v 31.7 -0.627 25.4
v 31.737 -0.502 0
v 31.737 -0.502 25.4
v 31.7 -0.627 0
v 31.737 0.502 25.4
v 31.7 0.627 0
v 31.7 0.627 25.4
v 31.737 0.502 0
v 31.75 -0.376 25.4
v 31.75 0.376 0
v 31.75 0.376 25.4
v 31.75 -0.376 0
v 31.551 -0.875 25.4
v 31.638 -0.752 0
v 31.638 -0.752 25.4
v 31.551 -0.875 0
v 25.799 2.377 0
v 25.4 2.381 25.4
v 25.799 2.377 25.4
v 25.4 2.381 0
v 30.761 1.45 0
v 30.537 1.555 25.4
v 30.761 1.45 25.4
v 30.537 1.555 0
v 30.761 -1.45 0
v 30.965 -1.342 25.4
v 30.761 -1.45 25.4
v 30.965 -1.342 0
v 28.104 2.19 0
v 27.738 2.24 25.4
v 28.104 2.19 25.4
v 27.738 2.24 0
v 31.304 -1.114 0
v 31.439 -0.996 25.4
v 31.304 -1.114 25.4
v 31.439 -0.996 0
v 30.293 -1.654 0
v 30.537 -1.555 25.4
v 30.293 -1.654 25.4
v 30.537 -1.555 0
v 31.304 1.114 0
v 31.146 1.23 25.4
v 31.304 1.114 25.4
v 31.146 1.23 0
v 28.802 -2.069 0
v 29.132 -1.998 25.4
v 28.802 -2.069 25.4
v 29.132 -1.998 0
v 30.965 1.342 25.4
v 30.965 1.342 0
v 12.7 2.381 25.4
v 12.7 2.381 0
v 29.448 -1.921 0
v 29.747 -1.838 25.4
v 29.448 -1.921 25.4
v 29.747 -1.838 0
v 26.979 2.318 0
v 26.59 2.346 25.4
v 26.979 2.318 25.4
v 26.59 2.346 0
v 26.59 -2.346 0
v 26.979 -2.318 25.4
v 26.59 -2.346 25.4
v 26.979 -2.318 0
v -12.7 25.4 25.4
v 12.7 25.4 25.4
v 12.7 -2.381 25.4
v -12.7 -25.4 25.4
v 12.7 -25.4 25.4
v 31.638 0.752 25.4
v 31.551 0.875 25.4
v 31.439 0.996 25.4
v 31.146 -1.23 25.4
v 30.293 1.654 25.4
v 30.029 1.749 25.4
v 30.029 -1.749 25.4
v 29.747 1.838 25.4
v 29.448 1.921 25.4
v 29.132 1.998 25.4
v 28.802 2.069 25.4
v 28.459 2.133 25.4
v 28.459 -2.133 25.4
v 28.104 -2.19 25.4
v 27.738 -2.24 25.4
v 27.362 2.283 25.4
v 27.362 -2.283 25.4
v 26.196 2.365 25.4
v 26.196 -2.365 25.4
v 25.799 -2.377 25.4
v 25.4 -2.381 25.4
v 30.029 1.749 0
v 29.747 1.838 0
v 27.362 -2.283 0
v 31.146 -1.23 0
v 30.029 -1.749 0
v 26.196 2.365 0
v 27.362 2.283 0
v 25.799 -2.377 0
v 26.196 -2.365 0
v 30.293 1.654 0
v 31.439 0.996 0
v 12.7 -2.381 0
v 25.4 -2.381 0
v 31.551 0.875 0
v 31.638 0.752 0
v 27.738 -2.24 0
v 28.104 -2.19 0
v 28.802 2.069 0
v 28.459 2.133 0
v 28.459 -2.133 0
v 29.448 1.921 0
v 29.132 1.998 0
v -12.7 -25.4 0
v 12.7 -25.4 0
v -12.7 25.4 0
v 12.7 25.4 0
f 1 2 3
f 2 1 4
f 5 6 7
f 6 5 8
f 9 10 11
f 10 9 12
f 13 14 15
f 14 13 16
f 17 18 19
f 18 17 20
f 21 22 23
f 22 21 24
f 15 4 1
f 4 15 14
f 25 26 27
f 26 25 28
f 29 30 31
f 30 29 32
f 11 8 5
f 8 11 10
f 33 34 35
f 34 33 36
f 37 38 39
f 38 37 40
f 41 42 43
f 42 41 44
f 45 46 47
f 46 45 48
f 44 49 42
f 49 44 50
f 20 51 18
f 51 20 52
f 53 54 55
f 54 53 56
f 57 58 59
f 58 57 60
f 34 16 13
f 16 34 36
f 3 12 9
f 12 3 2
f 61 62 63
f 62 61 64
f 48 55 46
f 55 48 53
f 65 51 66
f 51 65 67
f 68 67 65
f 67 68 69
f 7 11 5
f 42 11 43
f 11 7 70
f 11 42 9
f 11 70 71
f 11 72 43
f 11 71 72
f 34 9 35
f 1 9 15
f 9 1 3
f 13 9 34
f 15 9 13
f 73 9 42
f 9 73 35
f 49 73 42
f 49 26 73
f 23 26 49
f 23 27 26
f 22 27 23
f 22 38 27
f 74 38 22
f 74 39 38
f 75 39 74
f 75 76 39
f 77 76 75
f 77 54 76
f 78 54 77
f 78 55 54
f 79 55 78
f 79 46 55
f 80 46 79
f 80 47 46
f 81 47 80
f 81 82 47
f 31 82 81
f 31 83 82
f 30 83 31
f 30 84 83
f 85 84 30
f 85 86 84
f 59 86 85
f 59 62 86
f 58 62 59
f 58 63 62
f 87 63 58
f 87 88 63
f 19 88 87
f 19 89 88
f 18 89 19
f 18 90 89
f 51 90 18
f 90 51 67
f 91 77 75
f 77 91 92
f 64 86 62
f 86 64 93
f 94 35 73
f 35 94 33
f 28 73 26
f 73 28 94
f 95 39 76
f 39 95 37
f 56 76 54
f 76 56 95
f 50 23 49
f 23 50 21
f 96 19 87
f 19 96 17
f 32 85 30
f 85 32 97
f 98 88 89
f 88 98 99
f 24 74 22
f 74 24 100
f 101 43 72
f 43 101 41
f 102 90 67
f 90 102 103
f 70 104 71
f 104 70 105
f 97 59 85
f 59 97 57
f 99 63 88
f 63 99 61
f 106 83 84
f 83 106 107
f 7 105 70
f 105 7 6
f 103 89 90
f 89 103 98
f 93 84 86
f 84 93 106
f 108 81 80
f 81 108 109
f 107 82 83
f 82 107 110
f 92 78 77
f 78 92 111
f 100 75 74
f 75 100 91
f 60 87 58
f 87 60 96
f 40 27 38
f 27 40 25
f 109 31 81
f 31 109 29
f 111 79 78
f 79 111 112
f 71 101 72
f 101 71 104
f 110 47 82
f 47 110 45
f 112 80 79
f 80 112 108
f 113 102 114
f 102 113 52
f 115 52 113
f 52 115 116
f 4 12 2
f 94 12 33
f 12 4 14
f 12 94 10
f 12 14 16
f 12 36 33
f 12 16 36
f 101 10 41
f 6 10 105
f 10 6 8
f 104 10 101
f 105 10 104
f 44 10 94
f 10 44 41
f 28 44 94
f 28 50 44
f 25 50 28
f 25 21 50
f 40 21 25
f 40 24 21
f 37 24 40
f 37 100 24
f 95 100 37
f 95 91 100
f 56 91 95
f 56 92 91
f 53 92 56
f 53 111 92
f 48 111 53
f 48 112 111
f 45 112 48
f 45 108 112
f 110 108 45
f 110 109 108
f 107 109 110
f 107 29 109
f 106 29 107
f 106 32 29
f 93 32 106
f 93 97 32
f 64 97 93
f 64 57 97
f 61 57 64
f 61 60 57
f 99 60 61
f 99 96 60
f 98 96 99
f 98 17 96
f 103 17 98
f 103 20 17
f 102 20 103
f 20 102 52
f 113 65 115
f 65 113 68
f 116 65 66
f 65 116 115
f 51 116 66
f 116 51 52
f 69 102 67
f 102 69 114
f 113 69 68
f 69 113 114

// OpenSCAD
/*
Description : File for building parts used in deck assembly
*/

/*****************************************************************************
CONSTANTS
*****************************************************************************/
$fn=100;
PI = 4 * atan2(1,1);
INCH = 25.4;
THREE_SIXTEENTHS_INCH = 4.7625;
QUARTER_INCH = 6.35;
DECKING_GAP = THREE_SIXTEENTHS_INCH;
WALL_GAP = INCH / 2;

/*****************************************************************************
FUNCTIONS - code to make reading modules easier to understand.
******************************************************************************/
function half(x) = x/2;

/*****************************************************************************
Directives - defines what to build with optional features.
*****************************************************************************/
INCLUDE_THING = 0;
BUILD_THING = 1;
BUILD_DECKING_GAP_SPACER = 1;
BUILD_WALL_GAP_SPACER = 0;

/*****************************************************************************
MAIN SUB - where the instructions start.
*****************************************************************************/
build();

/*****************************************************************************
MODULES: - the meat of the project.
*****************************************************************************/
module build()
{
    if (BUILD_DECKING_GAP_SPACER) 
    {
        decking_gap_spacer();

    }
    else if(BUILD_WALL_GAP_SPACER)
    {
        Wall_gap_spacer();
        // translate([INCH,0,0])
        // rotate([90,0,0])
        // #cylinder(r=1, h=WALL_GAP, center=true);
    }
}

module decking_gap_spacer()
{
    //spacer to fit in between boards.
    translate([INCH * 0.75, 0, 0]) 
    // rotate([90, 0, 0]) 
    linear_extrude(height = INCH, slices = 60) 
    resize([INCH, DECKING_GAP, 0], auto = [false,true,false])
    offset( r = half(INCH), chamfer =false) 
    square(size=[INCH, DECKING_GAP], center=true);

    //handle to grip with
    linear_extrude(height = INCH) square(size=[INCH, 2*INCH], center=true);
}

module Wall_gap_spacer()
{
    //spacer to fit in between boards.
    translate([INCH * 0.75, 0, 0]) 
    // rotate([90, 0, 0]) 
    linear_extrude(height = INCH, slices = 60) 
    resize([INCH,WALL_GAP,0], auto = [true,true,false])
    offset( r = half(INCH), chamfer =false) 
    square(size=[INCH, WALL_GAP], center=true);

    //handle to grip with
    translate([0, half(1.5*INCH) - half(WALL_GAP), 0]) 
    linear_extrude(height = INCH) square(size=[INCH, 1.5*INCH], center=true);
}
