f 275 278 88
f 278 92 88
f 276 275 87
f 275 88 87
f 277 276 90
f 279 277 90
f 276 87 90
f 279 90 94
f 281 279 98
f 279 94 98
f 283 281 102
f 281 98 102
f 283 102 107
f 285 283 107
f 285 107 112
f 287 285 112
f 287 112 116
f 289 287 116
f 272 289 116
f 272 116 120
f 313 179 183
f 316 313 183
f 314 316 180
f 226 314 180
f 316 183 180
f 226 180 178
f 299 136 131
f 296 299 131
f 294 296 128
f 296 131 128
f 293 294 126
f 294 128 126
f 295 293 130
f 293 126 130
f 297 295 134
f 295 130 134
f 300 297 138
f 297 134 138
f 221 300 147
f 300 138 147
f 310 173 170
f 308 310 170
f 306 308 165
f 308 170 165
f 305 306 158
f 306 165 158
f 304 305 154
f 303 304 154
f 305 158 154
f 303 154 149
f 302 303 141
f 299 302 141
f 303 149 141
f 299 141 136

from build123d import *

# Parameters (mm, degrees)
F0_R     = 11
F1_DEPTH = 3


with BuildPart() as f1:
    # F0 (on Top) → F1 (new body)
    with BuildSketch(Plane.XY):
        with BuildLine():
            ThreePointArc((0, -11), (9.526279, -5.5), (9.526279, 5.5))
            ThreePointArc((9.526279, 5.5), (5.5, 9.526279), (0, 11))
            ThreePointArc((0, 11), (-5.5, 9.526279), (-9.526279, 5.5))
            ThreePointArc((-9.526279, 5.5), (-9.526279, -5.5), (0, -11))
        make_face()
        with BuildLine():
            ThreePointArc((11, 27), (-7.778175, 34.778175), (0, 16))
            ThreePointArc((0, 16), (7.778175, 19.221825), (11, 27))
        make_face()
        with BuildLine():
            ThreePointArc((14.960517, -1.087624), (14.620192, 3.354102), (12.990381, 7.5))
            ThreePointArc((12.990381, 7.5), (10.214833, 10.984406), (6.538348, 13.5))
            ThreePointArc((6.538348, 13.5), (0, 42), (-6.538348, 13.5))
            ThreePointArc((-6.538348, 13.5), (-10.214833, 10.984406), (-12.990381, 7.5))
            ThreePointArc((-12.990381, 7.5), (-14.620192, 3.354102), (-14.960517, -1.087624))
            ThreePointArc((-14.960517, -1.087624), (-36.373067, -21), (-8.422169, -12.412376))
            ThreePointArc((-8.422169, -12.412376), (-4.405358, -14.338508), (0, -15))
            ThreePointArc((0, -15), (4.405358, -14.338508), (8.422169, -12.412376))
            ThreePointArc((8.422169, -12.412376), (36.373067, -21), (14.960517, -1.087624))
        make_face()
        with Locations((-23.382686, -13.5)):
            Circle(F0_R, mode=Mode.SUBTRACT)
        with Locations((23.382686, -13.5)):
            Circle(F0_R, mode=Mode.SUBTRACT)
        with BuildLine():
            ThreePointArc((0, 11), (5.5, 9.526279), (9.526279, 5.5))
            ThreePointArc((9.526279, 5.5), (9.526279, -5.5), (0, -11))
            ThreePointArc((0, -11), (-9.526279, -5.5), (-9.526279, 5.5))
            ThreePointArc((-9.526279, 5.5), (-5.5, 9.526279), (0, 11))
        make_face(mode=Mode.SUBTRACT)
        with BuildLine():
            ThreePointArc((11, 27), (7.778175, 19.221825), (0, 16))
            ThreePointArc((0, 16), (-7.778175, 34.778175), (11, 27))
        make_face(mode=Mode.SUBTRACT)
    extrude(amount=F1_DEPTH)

Work required:
Repeat exactly the lines above from the one with "v 31.737 -0.502 0" up to and including the one with "v 29.448 -1.921 25.4". No other line belongs in the reply.

Answer section:
v 31.737 -0.502 0
v 31.737 -0.502 25.4
v 31.7 -0.627 0
v 31.737 0.502 25.4
v 31.7 0.627 0
v 31.7 0.627 25.4
v 31.737 0.502 0
v 31.75 -0.376 25.4
v 31.75 0.376 0
v 31.75 0.376 25.4
v 31.75 -0.376 0
v 31.551 -0.875 25.4
v 31.638 -0.752 0
v 31.638 -0.752 25.4
v 31.551 -0.875 0
v 25.799 2.377 0
v 25.4 2.381 25.4
v 25.799 2.377 25.4
v 25.4 2.381 0
v 30.761 1.45 0
v 30.537 1.555 25.4
v 30.761 1.45 25.4
v 30.537 1.555 0
v 30.761 -1.45 0
v 30.965 -1.342 25.4
v 30.761 -1.45 25.4
v 30.965 -1.342 0
v 28.104 2.19 0
v 27.738 2.24 25.4
v 28.104 2.19 25.4
v 27.738 2.24 0
v 31.304 -1.114 0
v 31.439 -0.996 25.4
v 31.304 -1.114 25.4
v 31.439 -0.996 0
v 30.293 -1.654 0
v 30.537 -1.555 25.4
v 30.293 -1.654 25.4
v 30.537 -1.555 0
v 31.304 1.114 0
v 31.146 1.23 25.4
v 31.304 1.114 25.4
v 31.146 1.23 0
v 28.802 -2.069 0
v 29.132 -1.998 25.4
v 28.802 -2.069 25.4
v 29.132 -1.998 0
v 30.965 1.342 25.4
v 30.965 1.342 0
v 12.7 2.381 25.4
v 12.7 2.381 0
v 29.448 -1.921 0
v 29.747 -1.838 25.4
v 29.448 -1.921 25.4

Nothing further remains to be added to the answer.